═══ Source material ═══
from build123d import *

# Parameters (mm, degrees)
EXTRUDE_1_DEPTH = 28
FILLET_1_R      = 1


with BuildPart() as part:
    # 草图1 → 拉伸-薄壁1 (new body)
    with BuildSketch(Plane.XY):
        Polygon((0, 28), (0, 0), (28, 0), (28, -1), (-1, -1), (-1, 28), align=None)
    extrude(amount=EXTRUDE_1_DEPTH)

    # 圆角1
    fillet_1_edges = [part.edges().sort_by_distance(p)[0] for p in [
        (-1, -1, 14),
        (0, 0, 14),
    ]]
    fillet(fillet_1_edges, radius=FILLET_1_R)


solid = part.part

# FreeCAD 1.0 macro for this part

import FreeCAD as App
import Part
import Sketcher
Q = App.Units.Quantity


def edges_at(feature, points):
    """Names of the edges that pass closest to the given points."""
    edges = feature.Shape.Edges
    near = lambda p: min(range(len(edges)), key=lambda i: edges[i].distToShape(Part.Vertex(*p))[0])
    return sorted({f"Edge{near(p) + 1}" for p in points})

doc = App.newDocument("Part")
body = doc.addObject("PartDesign::Body", "Body")

# Sketch on XY plane
sketch1 = body.newObject("Sketcher::SketchObject", "Sketch")
sketch1.AttachmentSupport = (doc.getObject("XY_Plane"), [""])
sketch1.MapMode = "FlatFace"
sketch1.addGeometry(Part.LineSegment(App.Vector(0, 0, 0), App.Vector(0, 28, 0)), False)
sketch1.addGeometry(Part.LineSegment(App.Vector(0, 28, 0), App.Vector(-1, 28, 0)), False)
sketch1.addGeometry(Part.LineSegment(App.Vector(-1, 28, 0), App.Vector(-1, -1, 0)), False)
sketch1.addGeometry(Part.LineSegment(App.Vector(-1, -1, 0), App.Vector(28, -1, 0)), False)
sketch1.addGeometry(Part.LineSegment(App.Vector(28, -1, 0), App.Vector(28, 0, 0)), False)
sketch1.addGeometry(Part.LineSegment(App.Vector(28, 0, 0), App.Vector(0, 0, 0)), False)
sketch1.addConstraint(Sketcher.Constraint("Coincident", 0, 2, 1, 1))
sketch1.addConstraint(Sketcher.Constraint("Coincident", 1, 2, 2, 1))
sketch1.addConstraint(Sketcher.Constraint("Coincident", 2, 2, 3, 1))
sketch1.addConstraint(Sketcher.Constraint("Coincident", 3, 2, 4, 1))
sketch1.addConstraint(Sketcher.Constraint("Coincident", 4, 2, 5, 1))
sketch1.addConstraint(Sketcher.Constraint("Coincident", 5, 2, 0, 1))
sketch1.addConstraint(Sketcher.Constraint("Vertical", 0))
sketch1.addConstraint(Sketcher.Constraint("Horizontal", 1))
sketch1.addConstraint(Sketcher.Constraint("Vertical", 2))
sketch1.addConstraint(Sketcher.Constraint("Horizontal", 3))
sketch1.addConstraint(Sketcher.Constraint("Vertical", 4))
sketch1.addConstraint(Sketcher.Constraint("Horizontal", 5))
sketch1.addConstraint(Sketcher.Constraint("Coincident", 5, 2, -1, 1))
sketch1.addConstraint(Sketcher.Constraint("Equal", 5, 0))
sketch1.addConstraint(Sketcher.Constraint("Equal", 3, 2))
sketch1.addConstraint(Sketcher.Constraint("DistanceX", 1, 2, 1, 1, Q("1 mm")))
sketch1.addConstraint(Sketcher.Constraint("DistanceX", 3, 1, 3, 2, Q("29 mm")))
pad1 = body.newObject("PartDesign::Pad", "Pad")
pad1.Profile = sketch1
pad1.Length = 28
doc.recompute()

fillet = body.newObject("PartDesign::Fillet", "Fillet")
fillet.Base = (pad1, edges_at(pad1, [(-1, -1, 14), (0, 0, 14)]))
fillet.Radius = 1

doc.recompute()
═══
Set down the entries above again, word for word.

## Solution
from build123d import *

# Parameters (mm, degrees)
EXTRUDE_1_DEPTH = 28
FILLET_1_R      = 1


with BuildPart() as part:
    # 草图1 → 拉伸-薄壁1 (new body)
    with BuildSketch(Plane.XY):
        Polygon((0, 28), (0, 0), (28, 0), (28, -1), (-1, -1), (-1, 28), align=None)
    extrude(amount=EXTRUDE_1_DEPTH)

    # 圆角1
    fillet_1_edges = [part.edges().sort_by_distance(p)[0] for p in [
        (-1, -1, 14),
        (0, 0, 14),
    ]]
    fillet(fillet_1_edges, radius=FILLET_1_R)


solid = part.part

# FreeCAD 1.0 macro for this part

import FreeCAD as App
import Part
import Sketcher
Q = App.Units.Quantity


def edges_at(feature, points):
    """Names of the edges that pass closest to the given points."""
    edges = feature.Shape.Edges
    near = lambda p: min(range(len(edges)), key=lambda i: edges[i].distToShape(Part.Vertex(*p))[0])
    return sorted({f"Edge{near(p) + 1}" for p in points})

doc = App.newDocument("Part")
body = doc.addObject("PartDesign::Body", "Body")

# Sketch on XY plane
sketch1 = body.newObject("Sketcher::SketchObject", "Sketch")
sketch1.AttachmentSupport = (doc.getObject("XY_Plane"), [""])
sketch1.MapMode = "FlatFace"
sketch1.addGeometry(Part.LineSegment(App.Vector(0, 0, 0), App.Vector(0, 28, 0)), False)
sketch1.addGeometry(Part.LineSegment(App.Vector(0, 28, 0), App.Vector(-1, 28, 0)), False)
sketch1.addGeometry(Part.LineSegment(App.Vector(-1, 28, 0), App.Vector(-1, -1, 0)), False)
sketch1.addGeometry(Part.LineSegment(App.Vector(-1, -1, 0), App.Vector(28, -1, 0)), False)
sketch1.addGeometry(Part.LineSegment(App.Vector(28, -1, 0), App.Vector(28, 0, 0)), False)
sketch1.addGeometry(Part.LineSegment(App.Vector(28, 0, 0), App.Vector(0, 0, 0)), False)
sketch1.addConstraint(Sketcher.Constraint("Coincident", 0, 2, 1, 1))
sketch1.addConstraint(Sketcher.Constraint("Coincident", 1, 2, 2, 1))
sketch1.addConstraint(Sketcher.Constraint("Coincident", 2, 2, 3, 1))
sketch1.addConstraint(Sketcher.Constraint("Coincident", 3, 2, 4, 1))
sketch1.addConstraint(Sketcher.Constraint("Coincident", 4, 2, 5, 1))
sketch1.addConstraint(Sketcher.Constraint("Coincident", 5, 2, 0, 1))
sketch1.addConstraint(Sketcher.Constraint("Vertical", 0))
sketch1.addConstraint(Sketcher.Constraint("Horizontal", 1))
sketch1.addConstraint(Sketcher.Constraint("Vertical", 2))
sketch1.addConstraint(Sketcher.Constraint("Horizontal", 3))
sketch1.addConstraint(Sketcher.Constraint("Vertical", 4))
sketch1.addConstraint(Sketcher.Constraint("Horizontal", 5))
sketch1.addConstraint(Sketcher.Constraint("Coincident", 5, 2, -1, 1))
sketch1.addConstraint(Sketcher.Constraint("Equal", 5, 0))
sketch1.addConstraint(Sketcher.Constraint("Equal", 3, 2))
sketch1.addConstraint(Sketcher.Constraint("DistanceX", 1, 2, 1, 1, Q("1 mm")))
sketch1.addConstraint(Sketcher.Constraint("DistanceX", 3, 1, 3, 2, Q("29 mm")))
pad1 = body.newObject("PartDesign::Pad", "Pad")
pad1.Profile = sketch1
pad1.Length = 28
doc.recompute()

fillet = body.newObject("PartDesign::Fillet", "Fillet")
fillet.Base = (pad1, edges_at(pad1, [(-1, -1, 14), (0, 0, 14)]))
fillet.Radius = 1

doc.recompute()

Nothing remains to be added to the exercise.